Partly what postcoloniality as a discourse addresses is the subject’s constantly changing self on the postcolony and the factors that undergird these changes. Such factors include the country’s economics, whether buoyant or recessional; the cultural structure, whether heterogeneous or homogeneous, inclusive or alienating; national politics and how it conditions social interaction; religion, and the role it plays in either estranging or integrating members of the society; gender-role relations, and the systemic patriarchy that enforces it.

In this light, Laila Lalami’s Hopes and Other Dangerous Pursuit, as a postcolonial text set in Morocco, addresses all these issues, and how they produce a nervous condition that people and countries, grappling with postcolonial tensions, must continually interrogate. Not only does Lalami’s book chronicle the harsh realities that inform migration, it also examines the raison d’être of migration; that is, the hope-factor. Thus, although all the major characters seek hope in immigration, all of them find it in self-actualisation.

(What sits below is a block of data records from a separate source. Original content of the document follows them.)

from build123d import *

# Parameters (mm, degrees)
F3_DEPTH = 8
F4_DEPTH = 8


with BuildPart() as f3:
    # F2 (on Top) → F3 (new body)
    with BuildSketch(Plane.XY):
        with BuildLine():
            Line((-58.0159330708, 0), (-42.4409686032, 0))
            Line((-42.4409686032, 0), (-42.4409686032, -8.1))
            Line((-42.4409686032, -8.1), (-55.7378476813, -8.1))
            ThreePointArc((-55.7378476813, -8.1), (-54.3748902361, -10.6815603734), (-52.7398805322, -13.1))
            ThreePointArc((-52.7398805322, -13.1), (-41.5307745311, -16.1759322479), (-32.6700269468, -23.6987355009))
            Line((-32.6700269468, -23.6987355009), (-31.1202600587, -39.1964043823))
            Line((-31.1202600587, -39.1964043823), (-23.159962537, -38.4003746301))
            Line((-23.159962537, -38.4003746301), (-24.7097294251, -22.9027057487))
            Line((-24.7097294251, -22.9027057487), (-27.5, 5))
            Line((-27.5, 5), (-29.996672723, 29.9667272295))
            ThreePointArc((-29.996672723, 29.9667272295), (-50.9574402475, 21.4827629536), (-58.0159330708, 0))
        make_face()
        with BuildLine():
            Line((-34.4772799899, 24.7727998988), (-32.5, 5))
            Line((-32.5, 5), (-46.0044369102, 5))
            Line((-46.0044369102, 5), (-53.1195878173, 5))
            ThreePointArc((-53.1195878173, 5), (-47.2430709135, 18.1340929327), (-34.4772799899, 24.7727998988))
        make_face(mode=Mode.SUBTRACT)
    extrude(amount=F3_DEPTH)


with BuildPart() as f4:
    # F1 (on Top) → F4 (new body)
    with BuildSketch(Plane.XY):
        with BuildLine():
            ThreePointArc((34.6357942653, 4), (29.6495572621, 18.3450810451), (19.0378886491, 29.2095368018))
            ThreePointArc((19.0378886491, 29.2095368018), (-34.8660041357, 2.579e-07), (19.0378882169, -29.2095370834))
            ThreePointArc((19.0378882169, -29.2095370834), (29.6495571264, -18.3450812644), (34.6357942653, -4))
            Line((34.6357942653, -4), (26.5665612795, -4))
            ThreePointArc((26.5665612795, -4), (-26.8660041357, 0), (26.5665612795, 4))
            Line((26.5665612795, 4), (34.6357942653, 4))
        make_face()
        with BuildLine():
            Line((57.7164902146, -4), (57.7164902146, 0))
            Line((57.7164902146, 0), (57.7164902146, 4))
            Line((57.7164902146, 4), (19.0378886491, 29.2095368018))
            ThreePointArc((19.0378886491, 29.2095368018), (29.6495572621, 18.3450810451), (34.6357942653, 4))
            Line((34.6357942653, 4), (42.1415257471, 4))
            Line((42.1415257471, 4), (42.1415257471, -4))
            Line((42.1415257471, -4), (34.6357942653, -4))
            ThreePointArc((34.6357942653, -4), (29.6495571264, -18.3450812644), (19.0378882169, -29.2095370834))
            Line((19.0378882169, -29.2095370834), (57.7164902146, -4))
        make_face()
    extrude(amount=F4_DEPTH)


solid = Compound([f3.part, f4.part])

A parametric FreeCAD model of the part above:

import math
import FreeCAD as App
import Part
import Sketcher
from FreeCAD import Vector

doc = App.newDocument("Part")
body = doc.addObject("PartDesign::Body", "Body")

sketch1 = doc.addObject("Sketcher::SketchObject", "Sketch")
body.addObject(sketch1)
sketch1.AttachmentSupport = (doc.XY_Plane, [""])
sketch1.MapMode = "FlatFace"
sketch1.addGeometry([
    Part.LineSegment(Vector(-58.015933, 0, 0), Vector(-42.440969, 0, 0)),
    Part.LineSegment(Vector(-42.440969, 0, 0), Vector(-42.440969, -8.1, 0)),
    Part.LineSegment(Vector(-42.440969, -8.1, 0), Vector(-55.737848, -8.1, 0)),
    Part.ArcOfCircle(Part.Circle(Vector(-31.33335, 3.133996, 0), Vector(0, 0, 1), 26.866004), math.radians(-155.282212), math.radians(-142.824539)),
    Part.ArcOfCircle(Part.Circle(Vector(-54.076558, -39.932731, 0), Vector(0, 0, 1), 26.866004), math.radians(37.175461), math.radians(87.148158)),
    Part.LineSegment(Vector(-32.670027, -23.698736, 0), Vector(-31.12026, -39.196404, 0)),
    Part.LineSegment(Vector(-31.12026, -39.196404, 0), Vector(-23.159963, -38.400375, 0)),
    Part.LineSegment(Vector(-23.159963, -38.400375, 0), Vector(-24.709729, -22.902706, 0)),
    Part.LineSegment(Vector(-24.709729, -22.902706, 0), Vector(-29.996673, 29.966727, 0)),
    Part.ArcOfCircle(Part.Circle(Vector(-31.33335, 3.133996, 0), Vector(0, 0, 1), 26.866004), math.radians(87.148158), math.radians(186.698968)),
    Part.ArcOfCircle(Part.Circle(Vector(-31.33335, 3.133996, 0), Vector(0, 0, 1), 21.866004), math.radians(98.266734), math.radians(175.10453)),
    Part.LineSegment(Vector(-34.47728, 24.7728, 0), Vector(-32.5, 5, 0)),
    Part.LineSegment(Vector(-32.5, 5, 0), Vector(-53.119588, 5, 0)),
], False)
sketch1.addConstraint([
    Sketcher.Constraint("Coincident", 0, 2, 1, 1),
    Sketcher.Constraint("Coincident", 1, 2, 2, 1),
    Sketcher.Constraint("Coincident", 2, 2, 3, 1),
    Sketcher.Constraint("Coincident", 3, 2, 4, 2),
    Sketcher.Constraint("Coincident", 4, 1, 5, 1),
    Sketcher.Constraint("Coincident", 5, 2, 6, 1),
    Sketcher.Constraint("Coincident", 6, 2, 7, 1),
    Sketcher.Constraint("Coincident", 7, 2, 8, 1),
    Sketcher.Constraint("Coincident", 8, 2, 9, 1),
    Sketcher.Constraint("Coincident", 9, 2, 0, 1),
    Sketcher.Constraint("Coincident", 10, 1, 11, 1),
    Sketcher.Constraint("Coincident", 11, 2, 12, 1),
    Sketcher.Constraint("Coincident", 12, 2, 10, 2),
    Sketcher.Constraint("Horizontal", 0),
    Sketcher.Constraint("Vertical", 1),
    Sketcher.Constraint("Horizontal", 2),
    Sketcher.Constraint("Horizontal", 12),
    Sketcher.Constraint("Coincident", 9, 3, 3, 3),
    Sketcher.Constraint("Coincident", 10, 3, 3, 3),
    Sketcher.Constraint("Equal", 3, 4),
    Sketcher.Constraint("Equal", 4, 9),
    Sketcher.Constraint("PointOnObject", 0, 2, -1),
    Sketcher.Constraint("Perpendicular", 5, 6),
    Sketcher.Constraint("Perpendicular", 6, 7),
    Sketcher.Constraint("Parallel", 7, 8),
    Sketcher.Constraint("Parallel", 8, 11),
    Sketcher.Constraint("Equal", 5, 7),
    Sketcher.Constraint("Distance", 6, 8.0),
    Sketcher.Constraint("DistanceY", 1, 2, 1, 1, 8.1),
    Sketcher.Constraint("DistanceY", -1, 1, 11, 2, 5.0),
    Sketcher.Constraint("DistanceY", 3, 2, 2, 2, 5.0),
    Sketcher.Constraint("DistanceX", 11, 2, -1, 1, 32.5),
    Sketcher.Constraint("Radius", 3, 26.866004),
    Sketcher.Constraint("Radius", 10, 21.866004),
    Sketcher.Constraint("DistanceX", 2, 2, 2, 1, 13.296879),
    Sketcher.Constraint("DistanceY", -1, 1, 10, 1, 24.7728),
    Sketcher.Constraint("DistanceY", 5, 2, 7, 2, 16.293699),
    Sketcher.Constraint("DistanceY", 7, 2, 3, 3, 26.036702),
    Sketcher.Constraint("DistanceX", 0, 1, 0, 2, 15.574964),
    Sketcher.Constraint("DistanceX", 12, 2, 12, 1, 20.619588),
    Sketcher.Constraint("DistanceY", 4, 3, -1, 1, 39.932731),
])
pad1 = doc.addObject("PartDesign::Pad", "Pad")
body.addObject(pad1)
pad1.Profile = sketch1
pad1.Length = 8
body2 = doc.addObject("PartDesign::Body", "Body001")

sketch2 = doc.addObject("Sketcher::SketchObject", "Sketch001")
body2.addObject(sketch2)
sketch2.AttachmentSupport = (doc.getObject("XY_Plane001"), [""])
sketch2.MapMode = "FlatFace"
sketch2.addGeometry([
    Part.ArcOfCircle(Part.Circle(Vector(0, 0, 0), Vector(0, 0, 1), 34.866004), math.radians(56.904913), math.radians(303.095086)),
    Part.LineSegment(Vector(19.037888, -29.209537, 0), Vector(57.71649, -4, 0)),
    Part.LineSegment(Vector(57.71649, -4, 0), Vector(57.71649, 4, 0)),
    Part.LineSegment(Vector(57.71649, 4, 0), Vector(19.037889, 29.209537, 0)),
    Part.ArcOfCircle(Part.Circle(Vector(0, 0, 0), Vector(0, 0, 1), 26.866004), math.radians(8.562435), math.radians(351.437565)),
    Part.LineSegment(Vector(26.566561, 4, 0), Vector(42.141526, 4, 0)),
    Part.LineSegment(Vector(42.141526, 4, 0), Vector(42.141526, -4, 0)),
    Part.LineSegment(Vector(42.141526, -4, 0), Vector(26.566561, -4, 0)),
], False)
sketch2.addConstraint([
    Sketcher.Constraint("Tangent", 0, 2, 1, 1),
    Sketcher.Constraint("Coincident", 1, 2, 2, 1),
    Sketcher.Constraint("Coincident", 2, 2, 3, 1),
    Sketcher.Constraint("Tangent", 3, 2, 0, 1),
    Sketcher.Constraint("Coincident", 4, 1, 5, 1),
    Sketcher.Constraint("Coincident", 5, 2, 6, 1),
    Sketcher.Constraint("Coincident", 6, 2, 7, 1),
    Sketcher.Constraint("Coincident", 7, 2, 4, 2),
    Sketcher.Constraint("Vertical", 2),
    Sketcher.Constraint("Horizontal", 5),
    Sketcher.Constraint("Vertical", 6),
    Sketcher.Constraint("Horizontal", 7),
    Sketcher.Constraint("Coincident", 0, 3, -1, 1),
    Sketcher.Constraint("Coincident", 4, 3, -1, 1),
    Sketcher.Constraint("Horizontal", 2, 2, 4, 1),
    Sketcher.Constraint("Horizontal", 1, 2, 6, 2),
    Sketcher.Constraint("Vertical", 0, 2, 3, 2),
    Sketcher.Constraint("DistanceY", 2, 1, 2, 2, 8.0),
    Sketcher.Constraint("Radius", 0, 34.866004),
    Sketcher.Constraint("Radius", 4, 26.866004),
    Sketcher.Constraint("DistanceX", 0, 2, 1, 2, 38.678602),
    Sketcher.Constraint("DistanceX", 5, 1, 5, 2, 15.574964),
])
pad2 = doc.addObject("PartDesign::Pad", "Pad001")
body2.addObject(pad2)
pad2.Profile = sketch2
pad2.Length = 8

doc.recompute()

The book is divided in three parts: The Trip, which is the centre of action, the crux of the book; Before, which is an illumining backstory; and After, which continues each character’s story after The Trip.

The Trip shows the four major characters—Murad, Aziz, Faten, and Halimat (and her three children)—on an 8-seater inflatable boat together with 26 other people attempting to cross through the Straits of Gibraltar to the Spanish coastline. Come from different socioeconomic conditions, poor in variation, and from a different race (a Guinean woman), Morocco and Spain represent not just “two countries” to them but also “two universes”.

Murad is anxious but hopeful, passive but contemplative, comparing their crossing with the 711 Moorish Invasion of the Visigoths. Aziz, crossing for the second time, is unperturbed, assured even. Faten, oddly wearing a Hijab, is reluctant, tepid, and soon becomes hysteric an hour before the boat topples. Halimat is desperate, huddling her three children.

The air soon becomes tense when the Captain, Rahal, refuses to drive to shore and, during a ruckus, the boat topples and everybody has to grapple with surviving to the shore, where the Guardia Civil (the police) are already waiting for them.

The major characters’ lives here are unexplored. Only their emotional states are portrayed, and even little is shown of Murad’s life, from whose perspective the book’s overture is told.

Before­, as a backstory, contextualises the foregoing part. It comprises four chapters, each which focuses on the anxieties of each character’s life before the trip, equally underlining their motivation for it.

Before: “The Fanatic” delves into the life of Larbi, a corrupt civil servant at the Moroccan Ministry of Education, and the awakening of his daughter’s (Noura’s) religio-political consciousness.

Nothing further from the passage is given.